To support its ever-broadening product range, Casper’s commits ongoing investment towards its production facilities, and thanks to newly-introduced high-speed equipment, the company can now manufacture four times the volume of product than it could do previously. Intelligent technology is one area of focus across the industry at present, and as a result, Casper’s is turning its attention to automation.

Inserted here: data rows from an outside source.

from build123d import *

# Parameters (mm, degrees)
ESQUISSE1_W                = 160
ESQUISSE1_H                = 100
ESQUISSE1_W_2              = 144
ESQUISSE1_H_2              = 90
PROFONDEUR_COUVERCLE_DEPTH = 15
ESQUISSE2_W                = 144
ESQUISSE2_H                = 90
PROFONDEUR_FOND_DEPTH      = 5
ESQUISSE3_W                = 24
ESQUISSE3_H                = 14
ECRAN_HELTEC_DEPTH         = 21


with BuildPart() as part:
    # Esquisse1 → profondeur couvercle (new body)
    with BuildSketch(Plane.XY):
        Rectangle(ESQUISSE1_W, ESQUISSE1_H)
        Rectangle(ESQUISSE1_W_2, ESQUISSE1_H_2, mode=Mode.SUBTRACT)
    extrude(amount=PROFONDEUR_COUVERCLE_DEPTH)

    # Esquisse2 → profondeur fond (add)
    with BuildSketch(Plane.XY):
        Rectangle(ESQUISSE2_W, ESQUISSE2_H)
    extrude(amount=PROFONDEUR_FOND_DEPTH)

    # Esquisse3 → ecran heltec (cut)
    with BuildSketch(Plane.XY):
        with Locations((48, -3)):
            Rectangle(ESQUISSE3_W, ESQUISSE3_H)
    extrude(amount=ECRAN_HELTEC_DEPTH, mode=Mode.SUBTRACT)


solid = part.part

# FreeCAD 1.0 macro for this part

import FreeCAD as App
import Part
import Sketcher

doc = App.newDocument("Part")
params = doc.addObject("Spreadsheet::Sheet", "Params")
for row, (alias, value) in enumerate([
    ("sketch1_width", "160 mm"),
    ("sketch1_width2", "144 mm"),
    ("sketch1_height", "100 mm"),
    ("sketch1_height2", "90 mm"),
    ("pad1_length", "15 mm"),
    ("sketch2_width", "144 mm"),
    ("sketch2_height", "90 mm"),
    ("pad2_length", "5 mm"),
    ("sketch3_width", "24 mm"),
    ("sketch3_height", "14 mm"),
    ("pocket1_length", "21 mm"),
], start=1):
    params.set(f"A{row}", alias)
    params.set(f"B{row}", "=" + value)
    params.setAlias(f"B{row}", alias)

body = doc.addObject("PartDesign::Body", "Body")

sketch1 = body.newObject("Sketcher::SketchObject", "Sketch")
sketch1.AttachmentSupport = (doc.getObject("XY_Plane"), [""])
sketch1.MapMode = "FlatFace"
sketch1.addGeometry([
    Part.LineSegment(App.Vector(-80, 50, 0), App.Vector(-80, -50, 0)),
    Part.LineSegment(App.Vector(-80, -50, 0), App.Vector(80, -50, 0)),
    Part.LineSegment(App.Vector(80, -50, 0), App.Vector(80, 50, 0)),
    Part.LineSegment(App.Vector(80, 50, 0), App.Vector(-80, 50, 0)),
    Part.LineSegment(App.Vector(72, -45, 0), App.Vector(-72, -45, 0)),
    Part.LineSegment(App.Vector(-72, -45, 0), App.Vector(-72, 45, 0)),
    Part.LineSegment(App.Vector(-72, 45, 0), App.Vector(72, 45, 0)),
    Part.LineSegment(App.Vector(72, 45, 0), App.Vector(72, -45, 0)),
], False)
sketch1.addConstraint([
    Sketcher.Constraint("Coincident", 0, 2, 1, 1),
    Sketcher.Constraint("Coincident", 1, 2, 2, 1),
    Sketcher.Constraint("Coincident", 2, 2, 3, 1),
    Sketcher.Constraint("Coincident", 3, 2, 0, 1),
    Sketcher.Constraint("Coincident", 4, 2, 5, 1),
    Sketcher.Constraint("Coincident", 5, 2, 6, 1),
    Sketcher.Constraint("Coincident", 6, 2, 7, 1),
    Sketcher.Constraint("Coincident", 7, 2, 4, 1),
    Sketcher.Constraint("Vertical", 0),
    Sketcher.Constraint("Horizontal", 1),
    Sketcher.Constraint("Vertical", 2),
    Sketcher.Constraint("Horizontal", 3),
    Sketcher.Constraint("Horizontal", 4),
    Sketcher.Constraint("Vertical", 5),
    Sketcher.Constraint("Horizontal", 6),
    Sketcher.Constraint("Vertical", 7),
    Sketcher.Constraint("Symmetric", 0, 2, 2, 2, -1, 1),
    Sketcher.Constraint("Symmetric", 4, 2, 6, 2, -1, 1),
    Sketcher.Constraint("DistanceX", 1, 1, 1, 2, 160.0),
    Sketcher.Constraint("DistanceX", 4, 2, 4, 1, 144.0),
    Sketcher.Constraint("DistanceY", 0, 2, 0, 1, 100.0),
    Sketcher.Constraint("DistanceY", 5, 1, 5, 2, 90.0),
])
sketch1.setExpression("Constraints[18]", "Params.sketch1_width")
sketch1.setExpression("Constraints[19]", "Params.sketch1_width2")
sketch1.setExpression("Constraints[20]", "Params.sketch1_height")
sketch1.setExpression("Constraints[21]", "Params.sketch1_height2")
pad1 = body.newObject("PartDesign::Pad", "Pad")
pad1.Profile = sketch1
pad1.setExpression("Length", "Params.pad1_length")

sketch2 = body.newObject("Sketcher::SketchObject", "Sketch001")
sketch2.AttachmentSupport = (doc.getObject("XY_Plane"), [""])
sketch2.MapMode = "FlatFace"
sketch2.addGeometry([
    Part.LineSegment(App.Vector(-72, 45, 0), App.Vector(-72, -45, 0)),
    Part.LineSegment(App.Vector(-72, -45, 0), App.Vector(72, -45, 0)),
    Part.LineSegment(App.Vector(72, -45, 0), App.Vector(72, 45, 0)),
    Part.LineSegment(App.Vector(72, 45, 0), App.Vector(-72, 45, 0)),
], False)
sketch2.addConstraint([
    Sketcher.Constraint("Coincident", 0, 2, 1, 1),
    Sketcher.Constraint("Coincident", 1, 2, 2, 1),
    Sketcher.Constraint("Coincident", 2, 2, 3, 1),
    Sketcher.Constraint("Coincident", 3, 2, 0, 1),
    Sketcher.Constraint("Vertical", 0),
    Sketcher.Constraint("Horizontal", 1),
    Sketcher.Constraint("Vertical", 2),
    Sketcher.Constraint("Horizontal", 3),
    Sketcher.Constraint("Symmetric", 0, 2, 2, 2, -1, 1),
    Sketcher.Constraint("DistanceX", 1, 1, 1, 2, 144.0),
    Sketcher.Constraint("DistanceY", 0, 2, 0, 1, 90.0),
])
sketch2.setExpression("Constraints[9]", "Params.sketch2_width")
sketch2.setExpression("Constraints[10]", "Params.sketch2_height")
pad2 = body.newObject("PartDesign::Pad", "Pad001")
pad2.Profile = sketch2
pad2.setExpression("Length", "Params.pad2_length")

sketch3 = body.newObject("Sketcher::SketchObject", "Sketch002")
sketch3.AttachmentSupport = (doc.getObject("XY_Plane"), [""])
sketch3.MapMode = "FlatFace"
sketch3.addGeometry([
    Part.LineSegment(App.Vector(36, 4, 0), App.Vector(36, -10, 0)),
    Part.LineSegment(App.Vector(36, -10, 0), App.Vector(60, -10, 0)),
    Part.LineSegment(App.Vector(60, -10, 0), App.Vector(60, 4, 0)),
    Part.LineSegment(App.Vector(60, 4, 0), App.Vector(36, 4, 0)),
], False)
sketch3.addConstraint([
    Sketcher.Constraint("Coincident", 0, 2, 1, 1),
    Sketcher.Constraint("Coincident", 1, 2, 2, 1),
    Sketcher.Constraint("Coincident", 2, 2, 3, 1),
    Sketcher.Constraint("Coincident", 3, 2, 0, 1),
    Sketcher.Constraint("Vertical", 0),
    Sketcher.Constraint("Horizontal", 1),
    Sketcher.Constraint("Vertical", 2),
    Sketcher.Constraint("Horizontal", 3),
    Sketcher.Constraint("DistanceX", 1, 1, 1, 2, 24.0),
    Sketcher.Constraint("DistanceY", 0, 2, 0, 1, 14.0),
    Sketcher.Constraint("DistanceX", -1, 1, 0, 2, 36.0),
    Sketcher.Constraint("DistanceY", 0, 2, -1, 1, 10.0),
])
sketch3.setExpression("Constraints[8]", "Params.sketch3_width")
sketch3.setExpression("Constraints[9]", "Params.sketch3_height")
pocket1 = body.newObject("PartDesign::Pocket", "Pocket")
pocket1.Profile = sketch3
pocket1.setExpression("Length", "Params.pocket1_length")
pocket1.Reversed = True

doc.recompute()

“We recently started adding automation to the line,” Keith confirms. “That’s not because we’ve reduced the number of people in the business, but a wider labor shortage in the industry means that automation is now a necessity in order to keep us up and running. Although we have waste water projects, solar developments, and a freezer capacity expansion in the works, automation is our main focus as it is vital from both a financial and efficiency perspective.”
As Keith intimates, a Utah labor shortage means that Casper’s currently has over 50 open positions that the business has, as yet, been unable to fill. With the company forced to compete for employees against fellow organizations in the Cache Valley, Keith believes that the firm’s strong company culture helps differentiate it as a preferred employer to prospective staff.
“Without our employees, we wouldn’t be here; they are easily the most important asset we have,” Keith declares. “The labor crunch means we have to perform in a way that encourages our people to tell their friends and family to come and work at Casper’s because it’s an awesome organization that looks after its staff.
“We pride ourselves on always taking the side of the employee at Casper’s, and we offer a range of team building initiatives, such as employee lunches every month, where management cooks and serves our people. Additionally, we like to go out and perform community projects with our workforce to really drive home that family feel. It gets harder as you grow, but we are always trying to maintain the atmosphere of a small, tight-knit family business. We know our employees – you are not just a number here, you are a friend.”
Family owned to this day, Casper’s people-centric culture transfers to the company’s customers. Owing largely to an in-built flexibility rarely found in manufacturing firms of its size, Casper’s always meets the needs of its clients as quickly and personally as possible.
“We are always looking at our items and trying to ensure we make things as easy as possible for our buyers,” Keith points out. “Rationalization is important because buyers have a limited amount of shelf space, so when we bring items to them, we are keen to make sure those products are successful. If a product isn’t selling, we are the first ones to go back to a buyer and say, ‘This isn’t the right product for you. Let’s get you an item that works.’ It’s a real partnership approach that looks to drive value for both parties.”
As we head towards another summer, Casper’s much-loved frozen creations will, once again, be enjoyed from coast to coast in the United States. Alongside its efforts to stay ahead of demand for its products in 2021, the company also hopes to launch a number of new dessert items and prepare its team for further growth in 2022, 2023 and beyond.
“We have been growing at a phenomenal rate over the last decade,” Keith asserts. “We are always looking forward, setting goals, and finding out what pieces we need to have in place for success. It’s all about staying ahead of the game.
“As a business that manufactures branded and private label products, we’d really like to focus on producing more of our own products and continue growing our mix of innovative brands. Right now, we are looking at making some changes to our items, including tweaks to our stick products and nut sundaes, as well as minor size adjustments to optimize production.
“We take our cues from the market,” Keith maintains. “We do our research and ensure we are doing everything we can to be more relevant for both the consumer and the buyer.”